His work has been quoted or mentioned in The New York Times, The Wall Street Journal, Los Angeles Times, The Washington Post, NBC News, Time, The New Yorker, HuffPost USA Today, Business Insider, Yahoo, AOL, MarketWatch, The Atlantic, Bloomberg, New York Post, Chicago Tribune, Forbes, The Guardian and many other major publications. McIntyre has been a guest on CNBC, the BBC and television and radio stations across the country.
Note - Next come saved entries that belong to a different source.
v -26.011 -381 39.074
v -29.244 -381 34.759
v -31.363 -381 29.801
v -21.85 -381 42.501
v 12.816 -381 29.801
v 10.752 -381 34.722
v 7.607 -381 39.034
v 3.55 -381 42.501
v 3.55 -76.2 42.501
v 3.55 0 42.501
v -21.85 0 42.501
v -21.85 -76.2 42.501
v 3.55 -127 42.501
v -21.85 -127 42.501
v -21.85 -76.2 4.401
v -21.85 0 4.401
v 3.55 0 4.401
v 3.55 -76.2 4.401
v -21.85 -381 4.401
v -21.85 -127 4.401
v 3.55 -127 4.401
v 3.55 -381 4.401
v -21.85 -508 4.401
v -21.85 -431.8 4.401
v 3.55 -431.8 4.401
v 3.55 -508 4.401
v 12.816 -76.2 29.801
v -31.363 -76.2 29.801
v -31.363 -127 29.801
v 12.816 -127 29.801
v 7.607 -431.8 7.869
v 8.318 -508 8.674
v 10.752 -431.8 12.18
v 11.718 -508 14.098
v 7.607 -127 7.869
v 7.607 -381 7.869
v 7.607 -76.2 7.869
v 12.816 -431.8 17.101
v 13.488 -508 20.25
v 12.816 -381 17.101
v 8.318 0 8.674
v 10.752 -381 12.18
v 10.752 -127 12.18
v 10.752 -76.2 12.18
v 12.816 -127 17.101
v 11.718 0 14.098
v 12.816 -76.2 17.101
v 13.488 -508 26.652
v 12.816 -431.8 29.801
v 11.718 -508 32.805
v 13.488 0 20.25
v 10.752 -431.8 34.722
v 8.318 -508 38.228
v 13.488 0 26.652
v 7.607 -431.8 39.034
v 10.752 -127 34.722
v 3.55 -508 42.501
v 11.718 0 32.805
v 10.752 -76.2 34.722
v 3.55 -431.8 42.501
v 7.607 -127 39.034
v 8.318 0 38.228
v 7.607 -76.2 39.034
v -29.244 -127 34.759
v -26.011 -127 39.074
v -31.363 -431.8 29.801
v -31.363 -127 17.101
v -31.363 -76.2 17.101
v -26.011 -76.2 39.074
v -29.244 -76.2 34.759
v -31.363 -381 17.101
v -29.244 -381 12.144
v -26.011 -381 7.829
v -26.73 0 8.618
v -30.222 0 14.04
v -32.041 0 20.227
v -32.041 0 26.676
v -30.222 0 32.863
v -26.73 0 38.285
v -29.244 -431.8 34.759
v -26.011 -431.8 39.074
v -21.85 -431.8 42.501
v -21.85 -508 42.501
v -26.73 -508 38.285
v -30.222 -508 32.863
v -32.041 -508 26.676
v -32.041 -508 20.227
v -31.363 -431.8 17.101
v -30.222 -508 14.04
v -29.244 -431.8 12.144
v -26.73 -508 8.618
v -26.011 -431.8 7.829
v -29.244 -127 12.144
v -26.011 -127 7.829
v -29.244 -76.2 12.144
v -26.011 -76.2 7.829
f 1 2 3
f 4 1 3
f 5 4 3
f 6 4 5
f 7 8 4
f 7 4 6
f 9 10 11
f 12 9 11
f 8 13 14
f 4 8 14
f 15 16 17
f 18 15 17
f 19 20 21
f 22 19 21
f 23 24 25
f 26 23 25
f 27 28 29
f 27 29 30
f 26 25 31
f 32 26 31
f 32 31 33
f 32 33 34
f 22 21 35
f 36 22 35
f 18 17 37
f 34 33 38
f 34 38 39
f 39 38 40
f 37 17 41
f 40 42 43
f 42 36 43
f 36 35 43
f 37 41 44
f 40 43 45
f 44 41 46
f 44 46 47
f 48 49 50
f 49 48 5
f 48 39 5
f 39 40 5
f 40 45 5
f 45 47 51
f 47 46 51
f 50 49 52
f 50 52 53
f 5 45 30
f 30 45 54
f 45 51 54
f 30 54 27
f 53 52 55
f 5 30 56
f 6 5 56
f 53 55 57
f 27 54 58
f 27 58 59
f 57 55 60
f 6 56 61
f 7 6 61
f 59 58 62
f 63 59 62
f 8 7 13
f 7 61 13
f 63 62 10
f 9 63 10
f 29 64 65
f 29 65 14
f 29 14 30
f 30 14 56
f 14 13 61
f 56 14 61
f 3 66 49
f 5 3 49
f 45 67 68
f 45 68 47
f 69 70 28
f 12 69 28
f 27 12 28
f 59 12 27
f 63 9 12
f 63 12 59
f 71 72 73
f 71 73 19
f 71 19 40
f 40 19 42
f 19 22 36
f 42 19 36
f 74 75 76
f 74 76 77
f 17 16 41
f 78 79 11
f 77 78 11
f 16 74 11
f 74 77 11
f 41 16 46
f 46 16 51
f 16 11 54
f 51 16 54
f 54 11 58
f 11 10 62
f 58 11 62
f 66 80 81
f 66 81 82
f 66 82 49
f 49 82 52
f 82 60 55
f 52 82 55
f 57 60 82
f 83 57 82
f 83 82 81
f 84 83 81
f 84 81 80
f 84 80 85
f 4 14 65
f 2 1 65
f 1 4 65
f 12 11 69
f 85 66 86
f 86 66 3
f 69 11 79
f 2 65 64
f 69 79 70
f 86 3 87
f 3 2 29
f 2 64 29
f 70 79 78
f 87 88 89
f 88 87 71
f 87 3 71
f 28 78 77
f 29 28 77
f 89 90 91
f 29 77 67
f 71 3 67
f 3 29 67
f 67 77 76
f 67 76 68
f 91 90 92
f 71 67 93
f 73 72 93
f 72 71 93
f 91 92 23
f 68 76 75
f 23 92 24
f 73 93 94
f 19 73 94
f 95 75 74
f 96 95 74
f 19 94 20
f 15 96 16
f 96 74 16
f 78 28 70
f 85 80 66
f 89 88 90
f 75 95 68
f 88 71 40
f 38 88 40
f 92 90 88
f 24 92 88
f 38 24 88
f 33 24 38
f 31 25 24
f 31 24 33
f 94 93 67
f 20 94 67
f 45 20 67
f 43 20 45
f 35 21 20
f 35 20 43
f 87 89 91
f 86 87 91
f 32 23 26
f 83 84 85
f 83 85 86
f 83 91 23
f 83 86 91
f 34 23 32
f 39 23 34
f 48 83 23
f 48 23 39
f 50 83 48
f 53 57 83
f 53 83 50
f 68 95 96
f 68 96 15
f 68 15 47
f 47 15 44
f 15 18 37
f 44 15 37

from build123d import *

# Parameters (mm, degrees)
F1_DEPTH = 508
F2_W     = 80.340108
F2_H     = 50.8
F2_W_2   = 82.870346
F3_DEPTH = 12.7
F4_W     = 83.715823
F4_H     = 50.8
F4_W_2   = 80.30174
F5_DEPTH = 12.7


with BuildPart() as f1:
    # F0 (on Front) → F1 (new body)
    with BuildSketch(Plane.XZ):
        with BuildLine():
            Line((3.550242, 42.501207), (-21.849758, 42.501207))
            ThreePointArc((-21.849758, 42.501207), (-32.272509, 23.451207), (-21.849758, 4.401207))
            Line((-21.849758, 4.401207), (3.550242, 4.401207))
            ThreePointArc((3.550242, 4.401207), (13.712078, 23.451207), (3.550242, 42.501207))
        make_face()
    extrude(amount=F1_DEPTH)

    # F2 (on face) → F3 (cut)
    with BuildSketch(Plane.XY.offset(42.501207)):
        with Locations((-9.149758, -406.4)):
            Rectangle(F2_W, F2_H)
        with Locations((-9.149758, -101.6)):
            Rectangle(F2_W_2, F2_H)
    extrude(amount=-F3_DEPTH, mode=Mode.SUBTRACT)

    # F4 (on face) → F5 (cut)
    with BuildSketch(Plane(origin=(0, 0, 4.401207), x_dir=(1, 0, 0), z_dir=(0, 0, -1))):
        with Locations((-9.149757, 101.6)):
            Rectangle(F4_W, F4_H)
        with Locations((-9.149758, 406.4)):
            Rectangle(F4_W_2, F4_H)
    extrude(amount=-F5_DEPTH, mode=Mode.SUBTRACT)


solid = f1.part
A magna cum laude graduate of Harvard College, McIntyre also was president of The Harvard Advocate. Founded in 1866, the Advocate is the oldest college publication in the United States.

TheStreet.com, Comps.com and Edgar Online are some of the public companies for which McIntyre served on the board of directors. He was a Vicinity Corporation board member when the company was sold to Microsoft in 2002. He served on the audit committees of some of these companies.

McIntyre has been the CEO of FutureSource, a provider of trading terminals and news to commodities and futures traders. He was president of Switchboard, the online phone directory company. He served as chairman and CEO of On2 Technologies, the video compression company that provided video compression software for Adobe’s Flash. Google bought On2 in 2009.